I just Googled it and you may be right, several sites show Heckler & Koch *USP* stands for "Universelle Selbstladepistole" which in english is supposed to translate to "Universal Self-loading Pistol".


----------



## RightTurnClyde

abcdef said:


> How about M&P, XD, USP, CZ, ETC


Those are only abbreviations in the literal sense. You will see these on this forum when discussing the actual models of pistol. The Smith & Wesson M&P, the Springfield Armory XD, the H&K USP. Just one of those gear-head things. You get to know the brands/models. Kinda like a guitar forum talking about Strats, Teles, Les Pauls, and PRS's.


----------



## TOF

unpecador said:


> I just Googled it and you may be right, several sites show Heckler & Koch *USP* stands for "Universelle Selbstladepistole" which in english is supposed to translate to "Universal Self-loading Pistol".

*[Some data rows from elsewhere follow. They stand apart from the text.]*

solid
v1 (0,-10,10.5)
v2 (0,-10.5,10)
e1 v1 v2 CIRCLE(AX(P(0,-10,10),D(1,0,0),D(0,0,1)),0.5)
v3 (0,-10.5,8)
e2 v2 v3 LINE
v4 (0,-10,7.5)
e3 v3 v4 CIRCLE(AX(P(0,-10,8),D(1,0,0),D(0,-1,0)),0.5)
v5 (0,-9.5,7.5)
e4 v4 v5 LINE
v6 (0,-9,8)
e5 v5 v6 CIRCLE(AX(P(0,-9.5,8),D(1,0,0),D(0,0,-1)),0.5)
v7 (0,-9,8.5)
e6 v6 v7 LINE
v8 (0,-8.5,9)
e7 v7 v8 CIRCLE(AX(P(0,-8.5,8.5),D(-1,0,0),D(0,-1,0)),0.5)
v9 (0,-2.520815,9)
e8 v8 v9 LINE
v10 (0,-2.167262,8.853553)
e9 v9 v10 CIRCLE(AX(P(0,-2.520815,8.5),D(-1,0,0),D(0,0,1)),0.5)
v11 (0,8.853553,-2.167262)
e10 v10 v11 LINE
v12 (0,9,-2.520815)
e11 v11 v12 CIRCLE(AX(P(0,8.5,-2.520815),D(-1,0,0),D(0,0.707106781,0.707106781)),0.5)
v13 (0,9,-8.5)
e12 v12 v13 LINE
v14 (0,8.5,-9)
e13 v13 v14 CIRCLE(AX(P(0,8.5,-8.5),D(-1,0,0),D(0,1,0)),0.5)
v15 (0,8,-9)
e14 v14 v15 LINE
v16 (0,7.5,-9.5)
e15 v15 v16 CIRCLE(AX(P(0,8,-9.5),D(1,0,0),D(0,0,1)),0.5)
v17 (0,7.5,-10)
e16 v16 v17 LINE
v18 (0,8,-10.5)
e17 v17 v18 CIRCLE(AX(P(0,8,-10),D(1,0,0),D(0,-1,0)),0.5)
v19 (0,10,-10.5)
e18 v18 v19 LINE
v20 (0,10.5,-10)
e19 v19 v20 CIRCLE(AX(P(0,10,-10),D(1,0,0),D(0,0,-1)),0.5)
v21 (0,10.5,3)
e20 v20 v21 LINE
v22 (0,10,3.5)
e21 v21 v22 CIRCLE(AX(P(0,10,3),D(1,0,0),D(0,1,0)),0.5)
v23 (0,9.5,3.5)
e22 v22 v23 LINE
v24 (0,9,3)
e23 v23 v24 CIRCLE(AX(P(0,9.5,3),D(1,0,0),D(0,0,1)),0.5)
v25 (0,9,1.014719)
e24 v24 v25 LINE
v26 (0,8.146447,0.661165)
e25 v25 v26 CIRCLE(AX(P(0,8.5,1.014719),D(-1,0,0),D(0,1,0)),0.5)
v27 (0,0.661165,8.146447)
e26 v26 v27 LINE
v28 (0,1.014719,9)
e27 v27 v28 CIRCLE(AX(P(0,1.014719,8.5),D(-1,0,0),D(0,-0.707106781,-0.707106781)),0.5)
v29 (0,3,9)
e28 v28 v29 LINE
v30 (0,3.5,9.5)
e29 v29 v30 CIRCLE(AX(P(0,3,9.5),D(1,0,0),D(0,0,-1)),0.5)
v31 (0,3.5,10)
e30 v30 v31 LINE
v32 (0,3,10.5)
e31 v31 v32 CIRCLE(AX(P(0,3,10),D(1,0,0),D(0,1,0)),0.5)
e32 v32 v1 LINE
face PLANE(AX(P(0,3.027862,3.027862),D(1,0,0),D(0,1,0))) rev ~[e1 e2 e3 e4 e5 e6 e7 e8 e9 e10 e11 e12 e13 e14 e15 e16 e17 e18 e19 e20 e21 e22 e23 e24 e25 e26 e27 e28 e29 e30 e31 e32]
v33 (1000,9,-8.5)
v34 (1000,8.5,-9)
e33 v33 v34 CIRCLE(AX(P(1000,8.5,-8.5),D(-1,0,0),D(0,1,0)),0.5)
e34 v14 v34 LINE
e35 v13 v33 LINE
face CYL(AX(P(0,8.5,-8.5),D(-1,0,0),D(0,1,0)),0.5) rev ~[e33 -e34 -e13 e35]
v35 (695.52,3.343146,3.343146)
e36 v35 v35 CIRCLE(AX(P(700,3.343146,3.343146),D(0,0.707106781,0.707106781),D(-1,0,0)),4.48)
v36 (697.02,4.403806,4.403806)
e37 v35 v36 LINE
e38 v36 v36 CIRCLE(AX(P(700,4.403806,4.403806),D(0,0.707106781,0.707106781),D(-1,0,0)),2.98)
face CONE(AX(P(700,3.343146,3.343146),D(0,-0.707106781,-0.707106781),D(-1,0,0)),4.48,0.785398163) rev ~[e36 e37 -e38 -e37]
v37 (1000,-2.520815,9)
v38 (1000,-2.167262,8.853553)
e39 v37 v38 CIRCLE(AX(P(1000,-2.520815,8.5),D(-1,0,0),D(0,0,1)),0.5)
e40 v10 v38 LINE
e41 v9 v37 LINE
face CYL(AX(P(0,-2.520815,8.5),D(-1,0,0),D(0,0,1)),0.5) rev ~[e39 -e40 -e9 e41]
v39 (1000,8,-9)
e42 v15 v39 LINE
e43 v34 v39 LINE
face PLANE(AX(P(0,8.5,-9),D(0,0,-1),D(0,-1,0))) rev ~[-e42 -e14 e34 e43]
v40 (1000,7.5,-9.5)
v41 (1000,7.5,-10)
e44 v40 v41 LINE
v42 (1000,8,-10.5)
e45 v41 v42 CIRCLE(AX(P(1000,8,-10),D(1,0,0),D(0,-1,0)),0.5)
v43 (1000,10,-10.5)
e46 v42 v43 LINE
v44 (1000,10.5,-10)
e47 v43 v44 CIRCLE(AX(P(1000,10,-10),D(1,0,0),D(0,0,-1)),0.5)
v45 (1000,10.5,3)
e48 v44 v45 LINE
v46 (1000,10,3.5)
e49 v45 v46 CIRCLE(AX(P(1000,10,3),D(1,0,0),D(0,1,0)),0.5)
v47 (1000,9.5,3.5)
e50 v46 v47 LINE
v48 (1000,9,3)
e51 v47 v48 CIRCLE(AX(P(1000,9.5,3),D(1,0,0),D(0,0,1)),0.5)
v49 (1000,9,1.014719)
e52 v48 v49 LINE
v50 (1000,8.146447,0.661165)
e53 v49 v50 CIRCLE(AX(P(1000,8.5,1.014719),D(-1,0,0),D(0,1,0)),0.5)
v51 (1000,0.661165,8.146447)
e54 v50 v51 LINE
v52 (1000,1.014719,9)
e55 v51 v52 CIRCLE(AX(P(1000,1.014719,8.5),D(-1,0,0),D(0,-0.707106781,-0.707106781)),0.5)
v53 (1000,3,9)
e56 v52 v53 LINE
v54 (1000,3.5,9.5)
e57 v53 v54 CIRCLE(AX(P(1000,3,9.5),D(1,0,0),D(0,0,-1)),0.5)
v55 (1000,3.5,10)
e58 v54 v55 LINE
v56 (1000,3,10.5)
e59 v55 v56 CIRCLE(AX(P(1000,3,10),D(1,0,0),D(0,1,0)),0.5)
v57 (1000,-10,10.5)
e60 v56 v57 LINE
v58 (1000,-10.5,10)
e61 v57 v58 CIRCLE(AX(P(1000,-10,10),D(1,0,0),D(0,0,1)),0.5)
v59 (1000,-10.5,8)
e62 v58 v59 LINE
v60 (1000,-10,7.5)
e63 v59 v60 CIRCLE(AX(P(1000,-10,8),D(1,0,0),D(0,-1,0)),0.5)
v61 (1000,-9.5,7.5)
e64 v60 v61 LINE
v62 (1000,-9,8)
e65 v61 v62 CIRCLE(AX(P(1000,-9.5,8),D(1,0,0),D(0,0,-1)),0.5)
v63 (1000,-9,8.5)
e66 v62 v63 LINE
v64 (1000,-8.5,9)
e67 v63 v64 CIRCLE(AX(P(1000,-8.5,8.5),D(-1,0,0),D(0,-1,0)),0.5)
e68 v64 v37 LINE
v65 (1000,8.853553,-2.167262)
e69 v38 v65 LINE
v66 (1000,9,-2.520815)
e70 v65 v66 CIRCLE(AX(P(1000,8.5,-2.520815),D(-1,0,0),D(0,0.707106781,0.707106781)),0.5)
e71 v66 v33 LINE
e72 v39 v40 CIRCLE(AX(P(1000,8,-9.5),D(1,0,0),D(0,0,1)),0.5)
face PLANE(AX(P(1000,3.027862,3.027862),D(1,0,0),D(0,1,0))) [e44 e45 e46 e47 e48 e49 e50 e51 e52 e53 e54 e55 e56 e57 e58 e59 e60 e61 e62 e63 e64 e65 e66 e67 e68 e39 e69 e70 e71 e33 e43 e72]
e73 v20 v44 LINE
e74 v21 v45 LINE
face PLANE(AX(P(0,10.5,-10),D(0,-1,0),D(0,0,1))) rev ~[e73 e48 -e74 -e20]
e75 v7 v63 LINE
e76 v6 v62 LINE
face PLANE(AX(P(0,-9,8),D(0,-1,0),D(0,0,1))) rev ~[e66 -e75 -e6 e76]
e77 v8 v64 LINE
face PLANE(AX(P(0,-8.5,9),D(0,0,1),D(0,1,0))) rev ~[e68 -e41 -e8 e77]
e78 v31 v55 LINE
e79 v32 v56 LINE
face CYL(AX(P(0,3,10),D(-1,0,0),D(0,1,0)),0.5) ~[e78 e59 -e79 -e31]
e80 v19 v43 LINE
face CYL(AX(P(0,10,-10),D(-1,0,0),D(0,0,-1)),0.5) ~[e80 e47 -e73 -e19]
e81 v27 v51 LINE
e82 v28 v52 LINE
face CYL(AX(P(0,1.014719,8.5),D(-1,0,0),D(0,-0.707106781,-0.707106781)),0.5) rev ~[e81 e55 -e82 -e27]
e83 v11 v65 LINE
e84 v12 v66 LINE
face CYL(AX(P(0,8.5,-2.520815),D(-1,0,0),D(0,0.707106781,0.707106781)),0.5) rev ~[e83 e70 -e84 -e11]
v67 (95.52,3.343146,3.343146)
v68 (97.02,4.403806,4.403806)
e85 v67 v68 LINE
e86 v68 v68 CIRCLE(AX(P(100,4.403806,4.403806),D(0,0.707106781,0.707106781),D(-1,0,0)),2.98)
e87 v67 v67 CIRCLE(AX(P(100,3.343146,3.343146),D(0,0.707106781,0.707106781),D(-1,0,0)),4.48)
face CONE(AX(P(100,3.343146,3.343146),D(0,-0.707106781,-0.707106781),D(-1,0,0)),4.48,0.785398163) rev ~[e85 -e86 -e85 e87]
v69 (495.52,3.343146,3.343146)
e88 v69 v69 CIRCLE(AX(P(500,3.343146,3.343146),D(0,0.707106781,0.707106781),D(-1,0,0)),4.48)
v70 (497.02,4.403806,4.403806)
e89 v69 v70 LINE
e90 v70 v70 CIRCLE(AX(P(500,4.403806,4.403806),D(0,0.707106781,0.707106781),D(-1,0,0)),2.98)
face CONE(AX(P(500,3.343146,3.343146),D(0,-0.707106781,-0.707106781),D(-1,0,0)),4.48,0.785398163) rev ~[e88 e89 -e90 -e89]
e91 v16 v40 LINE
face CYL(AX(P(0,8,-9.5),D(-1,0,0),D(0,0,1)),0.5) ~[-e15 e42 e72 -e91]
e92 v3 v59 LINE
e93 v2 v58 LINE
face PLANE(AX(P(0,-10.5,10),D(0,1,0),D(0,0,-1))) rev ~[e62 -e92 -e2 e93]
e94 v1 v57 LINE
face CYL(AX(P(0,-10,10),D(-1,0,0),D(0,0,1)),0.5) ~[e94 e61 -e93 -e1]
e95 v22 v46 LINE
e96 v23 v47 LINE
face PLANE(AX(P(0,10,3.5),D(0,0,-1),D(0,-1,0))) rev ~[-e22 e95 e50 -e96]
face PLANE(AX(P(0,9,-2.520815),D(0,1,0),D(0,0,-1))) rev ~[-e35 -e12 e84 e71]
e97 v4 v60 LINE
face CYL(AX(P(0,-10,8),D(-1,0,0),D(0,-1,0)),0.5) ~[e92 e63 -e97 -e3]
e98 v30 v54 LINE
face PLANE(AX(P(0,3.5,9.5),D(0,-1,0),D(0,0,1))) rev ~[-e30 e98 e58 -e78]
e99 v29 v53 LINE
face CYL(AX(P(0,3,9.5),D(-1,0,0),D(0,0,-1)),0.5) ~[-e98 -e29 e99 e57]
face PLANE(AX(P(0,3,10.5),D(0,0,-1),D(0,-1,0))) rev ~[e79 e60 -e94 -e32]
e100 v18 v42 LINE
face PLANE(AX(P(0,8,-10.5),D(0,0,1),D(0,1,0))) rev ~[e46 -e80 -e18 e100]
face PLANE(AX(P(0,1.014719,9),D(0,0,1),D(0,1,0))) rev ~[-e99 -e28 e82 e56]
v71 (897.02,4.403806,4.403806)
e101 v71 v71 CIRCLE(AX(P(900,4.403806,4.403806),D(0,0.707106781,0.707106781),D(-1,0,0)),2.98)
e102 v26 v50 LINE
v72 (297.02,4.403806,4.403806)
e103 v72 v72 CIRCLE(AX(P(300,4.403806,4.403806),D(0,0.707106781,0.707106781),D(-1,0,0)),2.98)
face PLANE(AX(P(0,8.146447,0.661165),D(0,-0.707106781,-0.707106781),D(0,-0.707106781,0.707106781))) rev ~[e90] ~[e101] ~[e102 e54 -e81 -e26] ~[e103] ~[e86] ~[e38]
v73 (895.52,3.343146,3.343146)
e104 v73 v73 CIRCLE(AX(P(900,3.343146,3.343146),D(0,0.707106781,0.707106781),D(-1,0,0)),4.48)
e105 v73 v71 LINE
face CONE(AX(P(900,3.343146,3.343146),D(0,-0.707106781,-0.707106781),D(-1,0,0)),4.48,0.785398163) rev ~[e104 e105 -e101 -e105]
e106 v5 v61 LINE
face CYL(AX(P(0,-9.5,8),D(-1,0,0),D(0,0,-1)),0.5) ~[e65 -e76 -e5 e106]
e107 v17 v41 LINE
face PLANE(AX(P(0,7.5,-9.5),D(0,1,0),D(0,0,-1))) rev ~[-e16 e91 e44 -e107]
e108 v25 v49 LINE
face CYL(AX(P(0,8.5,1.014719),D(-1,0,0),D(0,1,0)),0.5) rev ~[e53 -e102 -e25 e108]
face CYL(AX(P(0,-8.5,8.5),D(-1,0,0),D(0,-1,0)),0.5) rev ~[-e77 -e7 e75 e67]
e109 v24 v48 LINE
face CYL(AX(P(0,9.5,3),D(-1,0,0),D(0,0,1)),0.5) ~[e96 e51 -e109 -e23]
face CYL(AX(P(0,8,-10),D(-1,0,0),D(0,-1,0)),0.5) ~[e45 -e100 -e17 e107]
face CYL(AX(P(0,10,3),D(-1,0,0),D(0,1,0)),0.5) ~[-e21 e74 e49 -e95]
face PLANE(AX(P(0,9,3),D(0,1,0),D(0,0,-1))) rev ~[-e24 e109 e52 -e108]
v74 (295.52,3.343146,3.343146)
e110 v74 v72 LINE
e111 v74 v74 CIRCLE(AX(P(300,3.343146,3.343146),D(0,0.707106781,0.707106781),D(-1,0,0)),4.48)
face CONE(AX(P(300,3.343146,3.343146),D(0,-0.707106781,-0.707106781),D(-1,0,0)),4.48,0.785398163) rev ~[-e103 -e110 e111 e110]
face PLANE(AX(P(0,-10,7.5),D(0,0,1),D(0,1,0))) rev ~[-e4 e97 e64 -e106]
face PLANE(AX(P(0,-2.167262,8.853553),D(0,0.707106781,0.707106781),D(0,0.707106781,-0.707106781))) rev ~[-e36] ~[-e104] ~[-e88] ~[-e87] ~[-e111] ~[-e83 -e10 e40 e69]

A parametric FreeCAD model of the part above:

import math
import FreeCAD as App
import Part
import Sketcher
from FreeCAD import Vector

doc = App.newDocument("Part")
body = doc.addObject("PartDesign::Body", "Body")

sketch1 = body.newObject("Sketcher::SketchObject", "Sketch")
sketch1.AttachmentSupport = (doc.getObject("YZ_Plane"), [""])
sketch1.MapMode = "FlatFace"
sketch1.addGeometry(Part.LineSegment(Vector(8, -10.5, 0), Vector(10, -10.5, 0)), False)
sketch1.addGeometry(Part.ArcOfCircle(Part.Circle(Vector(10, -10, 0), Vector(0, 0, 1), 0.5), math.radians(-90), math.radians(0)), False)
sketch1.addGeometry(Part.LineSegment(Vector(10.5, -10, 0), Vector(10.5, 3, 0)), False)
sketch1.addGeometry(Part.ArcOfCircle(Part.Circle(Vector(10, 3, 0), Vector(0, 0, 1), 0.5), math.radians(0), math.radians(90)), False)
sketch1.addGeometry(Part.LineSegment(Vector(10, 3.5, 0), Vector(9.5, 3.5, 0)), False)
sketch1.addGeometry(Part.ArcOfCircle(Part.Circle(Vector(9.5, 3, 0), Vector(0, 0, 1), 0.5), math.radians(90), math.radians(180)), False)
sketch1.addGeometry(Part.LineSegment(Vector(9, 3, 0), Vector(9, 1.01, 0)), False)
sketch1.addGeometry(Part.ArcOfCircle(Part.Circle(Vector(8.5, 1.01, 0), Vector(0, 0, 1), 0.5), math.radians(-135), math.radians(0)), False)
sketch1.addGeometry(Part.LineSegment(Vector(8.15, 0.66, 0), Vector(0.66, 8.15, 0)), False)
sketch1.addGeometry(Part.ArcOfCircle(Part.Circle(Vector(1.01, 8.5, 0), Vector(0, 0, 1), 0.5), math.radians(90), math.radians(225)), False)
sketch1.addGeometry(Part.LineSegment(Vector(1.01, 9, 0), Vector(3, 9, 0)), False)
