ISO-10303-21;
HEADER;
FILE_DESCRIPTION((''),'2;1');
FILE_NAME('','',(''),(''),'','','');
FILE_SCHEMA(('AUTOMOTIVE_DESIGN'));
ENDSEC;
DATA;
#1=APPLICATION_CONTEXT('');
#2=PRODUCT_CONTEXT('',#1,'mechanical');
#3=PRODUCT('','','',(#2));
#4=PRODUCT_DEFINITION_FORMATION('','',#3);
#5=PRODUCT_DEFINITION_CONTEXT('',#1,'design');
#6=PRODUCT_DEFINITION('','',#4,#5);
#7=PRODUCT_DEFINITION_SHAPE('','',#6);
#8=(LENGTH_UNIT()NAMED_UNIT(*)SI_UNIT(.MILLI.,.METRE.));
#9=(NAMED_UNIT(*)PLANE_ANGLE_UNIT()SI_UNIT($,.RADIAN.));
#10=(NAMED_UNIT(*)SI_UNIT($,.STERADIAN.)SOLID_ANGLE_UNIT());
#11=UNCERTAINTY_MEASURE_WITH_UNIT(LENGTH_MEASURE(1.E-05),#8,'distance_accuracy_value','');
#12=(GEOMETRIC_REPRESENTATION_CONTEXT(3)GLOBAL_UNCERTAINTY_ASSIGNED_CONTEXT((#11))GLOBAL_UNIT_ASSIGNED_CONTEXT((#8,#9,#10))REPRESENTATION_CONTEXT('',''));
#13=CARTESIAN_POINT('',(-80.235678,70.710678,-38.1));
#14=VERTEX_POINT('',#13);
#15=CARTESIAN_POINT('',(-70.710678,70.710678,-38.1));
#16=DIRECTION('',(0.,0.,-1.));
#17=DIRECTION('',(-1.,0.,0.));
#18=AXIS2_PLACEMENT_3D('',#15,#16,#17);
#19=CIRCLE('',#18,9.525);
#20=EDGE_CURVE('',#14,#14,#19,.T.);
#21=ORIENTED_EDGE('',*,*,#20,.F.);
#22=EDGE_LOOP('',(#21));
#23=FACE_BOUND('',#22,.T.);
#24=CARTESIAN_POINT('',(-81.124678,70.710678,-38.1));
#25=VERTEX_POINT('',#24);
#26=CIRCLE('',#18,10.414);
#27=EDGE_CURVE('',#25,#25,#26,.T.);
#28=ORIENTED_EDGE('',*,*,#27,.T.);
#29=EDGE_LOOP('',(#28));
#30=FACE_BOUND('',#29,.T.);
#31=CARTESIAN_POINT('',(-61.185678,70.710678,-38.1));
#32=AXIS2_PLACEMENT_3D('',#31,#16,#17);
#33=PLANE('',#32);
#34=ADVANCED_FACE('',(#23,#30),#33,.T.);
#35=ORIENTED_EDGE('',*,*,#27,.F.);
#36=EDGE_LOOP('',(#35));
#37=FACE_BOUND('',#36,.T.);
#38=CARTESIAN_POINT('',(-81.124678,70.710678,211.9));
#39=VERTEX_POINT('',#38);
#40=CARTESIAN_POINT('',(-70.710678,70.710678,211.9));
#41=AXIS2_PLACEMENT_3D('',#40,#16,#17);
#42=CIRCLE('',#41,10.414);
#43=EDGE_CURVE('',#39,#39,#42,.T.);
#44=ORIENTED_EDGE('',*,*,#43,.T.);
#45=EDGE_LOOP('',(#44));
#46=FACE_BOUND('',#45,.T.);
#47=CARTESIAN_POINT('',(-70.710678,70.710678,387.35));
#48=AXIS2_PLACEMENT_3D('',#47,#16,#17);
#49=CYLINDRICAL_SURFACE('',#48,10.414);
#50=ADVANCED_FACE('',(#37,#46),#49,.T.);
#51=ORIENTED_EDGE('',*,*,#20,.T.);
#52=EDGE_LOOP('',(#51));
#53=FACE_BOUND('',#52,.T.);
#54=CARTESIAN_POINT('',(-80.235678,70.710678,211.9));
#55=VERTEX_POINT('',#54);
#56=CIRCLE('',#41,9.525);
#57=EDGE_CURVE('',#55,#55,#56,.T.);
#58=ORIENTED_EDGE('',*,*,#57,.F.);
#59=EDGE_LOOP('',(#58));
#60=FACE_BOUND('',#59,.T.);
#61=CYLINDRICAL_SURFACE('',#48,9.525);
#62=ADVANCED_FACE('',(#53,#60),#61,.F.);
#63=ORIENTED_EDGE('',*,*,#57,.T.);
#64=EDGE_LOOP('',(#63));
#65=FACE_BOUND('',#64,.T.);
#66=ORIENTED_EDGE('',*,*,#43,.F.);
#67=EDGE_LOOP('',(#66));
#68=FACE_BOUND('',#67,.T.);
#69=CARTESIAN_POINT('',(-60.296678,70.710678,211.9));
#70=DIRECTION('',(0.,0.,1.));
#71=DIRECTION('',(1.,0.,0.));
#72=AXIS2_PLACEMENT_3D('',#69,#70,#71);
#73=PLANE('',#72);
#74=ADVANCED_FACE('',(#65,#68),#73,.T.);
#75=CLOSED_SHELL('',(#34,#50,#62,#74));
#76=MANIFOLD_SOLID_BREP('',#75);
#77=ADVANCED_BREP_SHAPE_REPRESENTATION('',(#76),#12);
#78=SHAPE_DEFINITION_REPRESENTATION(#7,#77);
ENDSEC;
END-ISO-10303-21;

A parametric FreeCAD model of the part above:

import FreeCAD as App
import Part
import Sketcher
from FreeCAD import Vector

doc = App.newDocument("Part")
body = doc.addObject("PartDesign::Body", "Body")

sketch1 = body.newObject("Sketcher::SketchObject", "Sketch")
sketch1.AttachmentSupport = (doc.getObject("XZ_Plane"), [""])
sketch1.MapMode = "FlatFace"
sketch1.AttachmentOffset = App.Placement(Vector(0, 0, -70.710678), App.Rotation())
sketch1.addGeometry(Part.LineSegment(Vector(-61.2, 211.9, 0), Vector(-61.2, -38.1, 0)), False)
sketch1.addGeometry(Part.LineSegment(Vector(-61.2, -38.1, 0), Vector(-60.3, -38.1, 0)), False)
sketch1.addGeometry(Part.LineSegment(Vector(-60.3, -38.1, 0), Vector(-60.3, 211.9, 0)), False)
sketch1.addGeometry(Part.LineSegment(Vector(-60.3, 211.9, 0), Vector(-61.2, 211.9, 0)), False)
sketch1.addGeometry(Part.LineSegment(Vector(-70.7, 211.9, 0), Vector(-70.7, -38.1, 0)), True)
sketch1.addConstraint(Sketcher.Constraint("Coincident", 0, 2, 1, 1))
sketch1.addConstraint(Sketcher.Constraint("Coincident", 1, 2, 2, 1))
sketch1.addConstraint(Sketcher.Constraint("Coincident", 2, 2, 3, 1))
sketch1.addConstraint(Sketcher.Constraint("Coincident", 3, 2, 0, 1))
sketch1.addConstraint(Sketcher.Constraint("Vertical", 0))
sketch1.addConstraint(Sketcher.Constraint("Horizontal", 1))
sketch1.addConstraint(Sketcher.Constraint("Vertical", 2))
sketch1.addConstraint(Sketcher.Constraint("Horizontal", 3))
sketch1.addConstraint(Sketcher.Constraint("Vertical", 4))
sketch1.addConstraint(Sketcher.Constraint("Horizontal", 3, 2, 4, 1))
sketch1.addConstraint(Sketcher.Constraint("Horizontal", 1, 2, 4, 2))
sketch1.addConstraint(Sketcher.Constraint("DistanceY", 0, 2, 0, 1, 250.0))
sketch1.addConstraint(Sketcher.Constraint("DistanceY", 0, 2, -1, 1, 38.1))
sketch1.addConstraint(Sketcher.Constraint("DistanceX", 1, 1, 1, 2, 0.889))
sketch1.addConstraint(Sketcher.Constraint("DistanceX", 4, 1, 3, 2, 9.525))
sketch1.addConstraint(Sketcher.Constraint("DistanceX", 0, 2, -1, 1, 61.185678))
revolution = body.newObject("PartDesign::Revolution", "Revolution")
revolution.Profile = sketch1
revolution.ReferenceAxis = (sketch1, ["Axis0"])
revolution.Angle = 360

doc.recompute()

Dang, you mean you understand those words. :anim_lol::anim_lol:

Good job


----------



## unpecador

TOF said:


> Dang, you mean you understand those words. :anim_lol::anim_lol:
> 
> Good job


No, the translation was already there for me to read.


----------



## MLB

RightTurnClyde said:


> Those are only abbreviations in the literal sense. ...


Well, in the *literal* sense, they're acronyms, but that's being picky I suppose. :mrgreen:


----------



## johnr

don't forget the FTF and FTE, it took me several days to figure that one out 

john


----------



## Todd

Has anyone noticed the irony here that we are answering questions on what letters mean for a member named "A-B-C-D-E-F"?


----------



## Torque

Use google. 

don't be a Dip.


----------



## bruce333

http://www.acronymfinder.com/


----------



## unpecador

Todd said:


> Has anyone noticed the irony here that we are answering questions on what letters mean for a member named "A-B-C-D-E-F"?


Yes, and according to the acronymfinder, it stands for American Boys Club for the Defense of Errol Flynn. :mrgreen:


----------



## Ram Rod

http://www.recguns.com/Sources/IE.html
http://www.thefiringline.com/Misc/library/TFL_Primer.htm
http://www.snipercountry.com/Comp.htm


----------



## Don357

Hey, you forgot another CZ, Crevena Zastava. It's the Serbian (Yugoslavian) CZ not the Chek one.


----------



## JFord.

*Abbreviations?!*

im still very new here, and alot the abbreviations and terminology are foreign to me.

can someone give the meanings to these that i have found.
and if there are others, maybe you could list those too.

-FMJ
-SD/HD
-POA/POI
-JHP's

Thanks.


----------



## bruce333

full metal jacket

self defense/home defense

point of aim/ point of impact

jacketed hollow point

glossary

acronyms


----------



## JFord.

oh.
wow.
thanks.


----------



## buck32

Thank you Bruce333. I found a few I did not know as well.:smt1099


----------



## dondavis3

Thanks to everyone - this has got to help new & some older members.

I used to work for IBM and that whole company (including it's name) are nothing but abbreviations and terminology.

:smt1099


----------